As for the differential expression step, there is still error after modifying according to what Adam suggested, so hopefully can continue to work on making this work together. Thank you very much!

jesswhitts · March 17, 2023, 4:09pm

I’m having a similar issue, but with mac M1 GPU, should this be compatible? PyTorch should run with this I believe.

I created a new conda environment as per the scvi-tools set up instructions, and ran ‘conda install pytorch torchvision torchaudio -c pytorch’ and ‘conda install jax jaxlib -c conda-forge’ too. Now it still isn’t using the GPU, and I’m getting an error.

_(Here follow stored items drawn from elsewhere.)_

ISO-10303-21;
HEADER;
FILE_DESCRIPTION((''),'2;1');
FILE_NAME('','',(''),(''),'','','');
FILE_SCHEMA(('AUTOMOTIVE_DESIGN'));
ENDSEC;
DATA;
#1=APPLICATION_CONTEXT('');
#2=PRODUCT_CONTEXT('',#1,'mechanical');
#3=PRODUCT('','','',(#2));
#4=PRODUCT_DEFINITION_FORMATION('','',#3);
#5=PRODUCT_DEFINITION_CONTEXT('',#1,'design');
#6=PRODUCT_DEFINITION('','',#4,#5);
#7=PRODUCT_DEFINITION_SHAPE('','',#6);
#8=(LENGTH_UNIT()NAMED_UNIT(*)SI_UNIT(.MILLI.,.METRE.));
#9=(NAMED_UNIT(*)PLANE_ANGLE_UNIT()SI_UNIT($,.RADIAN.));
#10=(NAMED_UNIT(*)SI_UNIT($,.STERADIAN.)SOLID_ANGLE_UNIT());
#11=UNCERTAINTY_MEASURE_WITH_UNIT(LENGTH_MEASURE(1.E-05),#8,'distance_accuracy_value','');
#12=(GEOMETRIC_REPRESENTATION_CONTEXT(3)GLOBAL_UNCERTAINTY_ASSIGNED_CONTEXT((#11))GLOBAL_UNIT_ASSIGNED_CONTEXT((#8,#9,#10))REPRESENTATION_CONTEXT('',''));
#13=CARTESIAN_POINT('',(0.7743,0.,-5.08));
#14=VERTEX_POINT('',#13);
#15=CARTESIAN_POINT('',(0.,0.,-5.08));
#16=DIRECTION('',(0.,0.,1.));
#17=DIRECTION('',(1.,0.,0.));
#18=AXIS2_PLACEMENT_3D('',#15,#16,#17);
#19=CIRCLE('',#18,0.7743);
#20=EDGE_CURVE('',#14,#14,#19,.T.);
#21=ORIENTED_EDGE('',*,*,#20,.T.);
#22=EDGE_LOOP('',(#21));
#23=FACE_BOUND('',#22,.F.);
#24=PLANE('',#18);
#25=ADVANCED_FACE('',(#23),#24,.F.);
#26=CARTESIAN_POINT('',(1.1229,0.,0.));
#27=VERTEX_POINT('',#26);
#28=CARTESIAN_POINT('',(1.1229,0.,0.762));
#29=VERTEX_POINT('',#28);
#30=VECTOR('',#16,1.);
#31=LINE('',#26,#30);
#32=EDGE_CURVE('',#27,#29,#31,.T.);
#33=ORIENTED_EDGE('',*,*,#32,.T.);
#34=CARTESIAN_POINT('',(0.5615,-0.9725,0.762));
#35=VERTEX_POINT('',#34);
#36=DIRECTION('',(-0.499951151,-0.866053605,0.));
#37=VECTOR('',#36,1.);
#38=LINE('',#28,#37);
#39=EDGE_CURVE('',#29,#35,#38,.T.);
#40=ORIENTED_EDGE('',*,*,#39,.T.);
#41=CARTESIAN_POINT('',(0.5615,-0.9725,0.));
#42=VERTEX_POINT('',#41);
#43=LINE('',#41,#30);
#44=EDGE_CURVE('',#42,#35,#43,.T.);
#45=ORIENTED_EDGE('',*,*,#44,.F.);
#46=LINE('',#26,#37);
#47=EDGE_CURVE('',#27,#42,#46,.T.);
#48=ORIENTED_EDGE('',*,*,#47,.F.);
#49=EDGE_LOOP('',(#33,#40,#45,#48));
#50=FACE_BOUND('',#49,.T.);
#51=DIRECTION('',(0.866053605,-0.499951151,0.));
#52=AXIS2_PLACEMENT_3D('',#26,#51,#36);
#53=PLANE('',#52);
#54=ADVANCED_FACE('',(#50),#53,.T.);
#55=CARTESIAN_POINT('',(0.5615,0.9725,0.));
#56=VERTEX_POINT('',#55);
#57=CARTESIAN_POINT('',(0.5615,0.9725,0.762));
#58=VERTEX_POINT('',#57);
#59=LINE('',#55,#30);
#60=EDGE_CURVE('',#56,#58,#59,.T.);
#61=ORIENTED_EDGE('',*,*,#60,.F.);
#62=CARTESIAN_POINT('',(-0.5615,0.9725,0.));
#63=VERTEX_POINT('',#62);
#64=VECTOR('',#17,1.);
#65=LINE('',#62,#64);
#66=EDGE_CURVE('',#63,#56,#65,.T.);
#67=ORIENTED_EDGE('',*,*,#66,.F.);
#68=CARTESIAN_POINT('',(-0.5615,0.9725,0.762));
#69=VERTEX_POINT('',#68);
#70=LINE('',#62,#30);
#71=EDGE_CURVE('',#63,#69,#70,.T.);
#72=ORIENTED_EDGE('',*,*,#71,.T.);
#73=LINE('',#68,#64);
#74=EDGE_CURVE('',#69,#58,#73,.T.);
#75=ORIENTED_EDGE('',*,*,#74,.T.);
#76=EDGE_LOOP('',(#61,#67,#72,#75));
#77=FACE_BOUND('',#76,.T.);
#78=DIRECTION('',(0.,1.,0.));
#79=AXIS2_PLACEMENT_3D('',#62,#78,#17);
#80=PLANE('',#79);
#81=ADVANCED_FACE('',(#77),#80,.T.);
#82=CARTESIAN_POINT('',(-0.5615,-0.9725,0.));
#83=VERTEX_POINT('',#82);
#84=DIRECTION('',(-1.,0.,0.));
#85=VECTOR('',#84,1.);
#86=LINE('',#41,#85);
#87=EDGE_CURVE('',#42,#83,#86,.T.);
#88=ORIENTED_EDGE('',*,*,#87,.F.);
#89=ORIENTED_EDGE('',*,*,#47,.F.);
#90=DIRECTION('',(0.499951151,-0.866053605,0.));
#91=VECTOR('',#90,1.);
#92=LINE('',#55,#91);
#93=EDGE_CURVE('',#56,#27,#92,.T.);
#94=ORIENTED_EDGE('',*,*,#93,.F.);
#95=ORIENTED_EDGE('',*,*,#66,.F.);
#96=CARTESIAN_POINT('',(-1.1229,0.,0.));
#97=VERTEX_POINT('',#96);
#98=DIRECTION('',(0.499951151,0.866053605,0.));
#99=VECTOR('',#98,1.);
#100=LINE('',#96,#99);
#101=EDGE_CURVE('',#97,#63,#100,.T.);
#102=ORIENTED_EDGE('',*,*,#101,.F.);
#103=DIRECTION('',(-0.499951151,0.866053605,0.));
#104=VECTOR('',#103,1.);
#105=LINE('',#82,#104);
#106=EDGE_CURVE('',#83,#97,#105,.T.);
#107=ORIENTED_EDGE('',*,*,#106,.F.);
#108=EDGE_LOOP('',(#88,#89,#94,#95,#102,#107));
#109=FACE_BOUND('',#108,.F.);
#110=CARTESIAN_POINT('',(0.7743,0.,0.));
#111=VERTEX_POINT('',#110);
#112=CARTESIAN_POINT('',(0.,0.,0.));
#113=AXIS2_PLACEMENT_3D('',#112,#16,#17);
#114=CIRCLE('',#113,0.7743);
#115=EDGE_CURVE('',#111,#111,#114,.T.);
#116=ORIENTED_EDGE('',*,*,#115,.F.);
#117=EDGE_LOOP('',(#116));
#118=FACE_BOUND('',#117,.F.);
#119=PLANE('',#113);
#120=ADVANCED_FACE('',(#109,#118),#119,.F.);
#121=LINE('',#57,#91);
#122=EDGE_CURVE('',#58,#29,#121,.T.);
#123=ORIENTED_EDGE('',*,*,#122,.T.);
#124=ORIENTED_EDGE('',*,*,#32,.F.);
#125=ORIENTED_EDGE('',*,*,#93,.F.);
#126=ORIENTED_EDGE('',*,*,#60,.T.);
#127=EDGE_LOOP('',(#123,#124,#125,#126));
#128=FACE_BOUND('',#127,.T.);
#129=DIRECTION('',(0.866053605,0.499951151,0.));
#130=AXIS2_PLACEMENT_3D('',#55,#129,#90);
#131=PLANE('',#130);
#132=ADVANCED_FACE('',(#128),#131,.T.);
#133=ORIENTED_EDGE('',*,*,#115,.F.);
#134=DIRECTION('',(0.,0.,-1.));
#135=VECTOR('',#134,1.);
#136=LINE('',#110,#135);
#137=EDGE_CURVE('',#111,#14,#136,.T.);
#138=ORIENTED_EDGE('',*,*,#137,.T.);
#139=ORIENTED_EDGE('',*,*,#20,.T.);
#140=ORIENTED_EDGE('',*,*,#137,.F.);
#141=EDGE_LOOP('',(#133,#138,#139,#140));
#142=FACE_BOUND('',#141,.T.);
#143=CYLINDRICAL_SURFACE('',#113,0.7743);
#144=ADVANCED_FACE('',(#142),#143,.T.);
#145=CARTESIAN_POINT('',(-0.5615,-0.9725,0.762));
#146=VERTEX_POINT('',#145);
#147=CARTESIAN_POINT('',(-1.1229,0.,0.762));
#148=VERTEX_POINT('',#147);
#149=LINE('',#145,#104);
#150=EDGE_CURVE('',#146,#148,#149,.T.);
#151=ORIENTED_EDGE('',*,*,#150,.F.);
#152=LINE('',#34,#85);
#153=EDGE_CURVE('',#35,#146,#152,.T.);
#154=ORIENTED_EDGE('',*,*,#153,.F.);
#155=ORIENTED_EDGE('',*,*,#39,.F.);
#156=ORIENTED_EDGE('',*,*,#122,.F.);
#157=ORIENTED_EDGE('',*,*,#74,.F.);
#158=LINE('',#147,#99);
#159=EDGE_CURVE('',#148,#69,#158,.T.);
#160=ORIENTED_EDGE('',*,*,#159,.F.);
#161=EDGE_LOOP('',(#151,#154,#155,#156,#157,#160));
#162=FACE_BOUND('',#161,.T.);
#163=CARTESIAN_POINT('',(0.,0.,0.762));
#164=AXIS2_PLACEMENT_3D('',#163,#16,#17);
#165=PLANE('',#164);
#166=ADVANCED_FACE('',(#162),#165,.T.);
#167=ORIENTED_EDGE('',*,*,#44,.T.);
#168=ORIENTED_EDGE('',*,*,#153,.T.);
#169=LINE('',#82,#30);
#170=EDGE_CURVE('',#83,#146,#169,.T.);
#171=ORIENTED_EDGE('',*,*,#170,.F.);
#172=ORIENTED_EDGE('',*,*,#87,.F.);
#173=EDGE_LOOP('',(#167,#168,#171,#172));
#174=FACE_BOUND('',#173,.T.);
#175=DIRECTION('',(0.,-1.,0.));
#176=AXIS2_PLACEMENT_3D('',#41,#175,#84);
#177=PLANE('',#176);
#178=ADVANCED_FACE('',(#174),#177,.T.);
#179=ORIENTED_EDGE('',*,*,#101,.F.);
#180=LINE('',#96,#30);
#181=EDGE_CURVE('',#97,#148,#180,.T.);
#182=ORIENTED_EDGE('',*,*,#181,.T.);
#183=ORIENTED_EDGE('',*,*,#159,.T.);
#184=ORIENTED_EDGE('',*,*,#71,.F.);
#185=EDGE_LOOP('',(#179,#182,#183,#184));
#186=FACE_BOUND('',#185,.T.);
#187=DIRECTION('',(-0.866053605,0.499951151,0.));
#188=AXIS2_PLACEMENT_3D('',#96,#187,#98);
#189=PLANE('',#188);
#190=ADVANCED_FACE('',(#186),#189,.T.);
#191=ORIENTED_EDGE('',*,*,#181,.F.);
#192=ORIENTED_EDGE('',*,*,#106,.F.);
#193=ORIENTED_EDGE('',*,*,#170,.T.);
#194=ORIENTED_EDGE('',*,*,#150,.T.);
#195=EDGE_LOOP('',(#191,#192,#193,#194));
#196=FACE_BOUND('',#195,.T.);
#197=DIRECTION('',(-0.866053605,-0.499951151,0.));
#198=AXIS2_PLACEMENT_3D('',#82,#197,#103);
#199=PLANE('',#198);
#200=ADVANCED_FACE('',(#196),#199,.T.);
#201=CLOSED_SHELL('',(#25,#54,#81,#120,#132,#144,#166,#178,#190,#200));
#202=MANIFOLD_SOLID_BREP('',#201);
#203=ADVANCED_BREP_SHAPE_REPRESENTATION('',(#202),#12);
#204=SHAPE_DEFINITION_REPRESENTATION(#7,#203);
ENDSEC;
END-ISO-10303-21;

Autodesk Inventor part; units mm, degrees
ref_plane "YZ Plane" through (0, 0, 0) normal (1, 0, 0) x (0, 1, 0)
ref_plane "XZ Plane" through (0, 0, 0) normal (0, 1, 0) x (-1, 0, 0)
ref_plane "XY Plane" through (0, 0, 0) normal (0, 0, 1) x (1, 0, 0)
sketch "Sketch1" plane through (0, 0, 0) normal (0, 0, 1) x (1, 0, 0)
  circle A0 centre (0, 0) radius 0.7743
extrude "Extrusion1" add sketch "Sketch1" against normal blind 5.08
sketch "Sketch2" plane through (0, 0, 0) normal (0, 0, 1) x (1, 0, 0)
  circle A0 centre (0, 0) radius 0.7743 projected
  line L0 (-1.1229, 0) -> (-0.5615, 0.9725)
  line L1 (-0.5615, 0.9725) -> (0.5615, 0.9725)
  line L2 (0.5615, 0.9725) -> (1.1229, 0)
  line L3 (1.1229, 0) -> (0.5615, -0.9725)
  line L4 (0.5615, -0.9725) -> (-0.5615, -0.9725)
  line L5 (-0.5615, -0.9725) -> (-1.1229, 0)
extrude "Extrusion2" add sketch "Sketch2" along normal blind 0.762 contours A0 | L0 L1 L2 L3 L4 L5
properties part number "BOLT 3"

I’m following the introductory tutorial, code used:

(scvi-env) jwhittle@BSC00783 ~ % pip install --quiet scvi-colab
(scvi-env) jwhittle@BSC00783 ~ % python
Python 3.9.16 | packaged by conda-forge | (main, Feb 1 2023, 21:38:11)
[Clang 14.0.6 ] on darwin
Type “help”, “copyright”, “credits” or “license” for more information.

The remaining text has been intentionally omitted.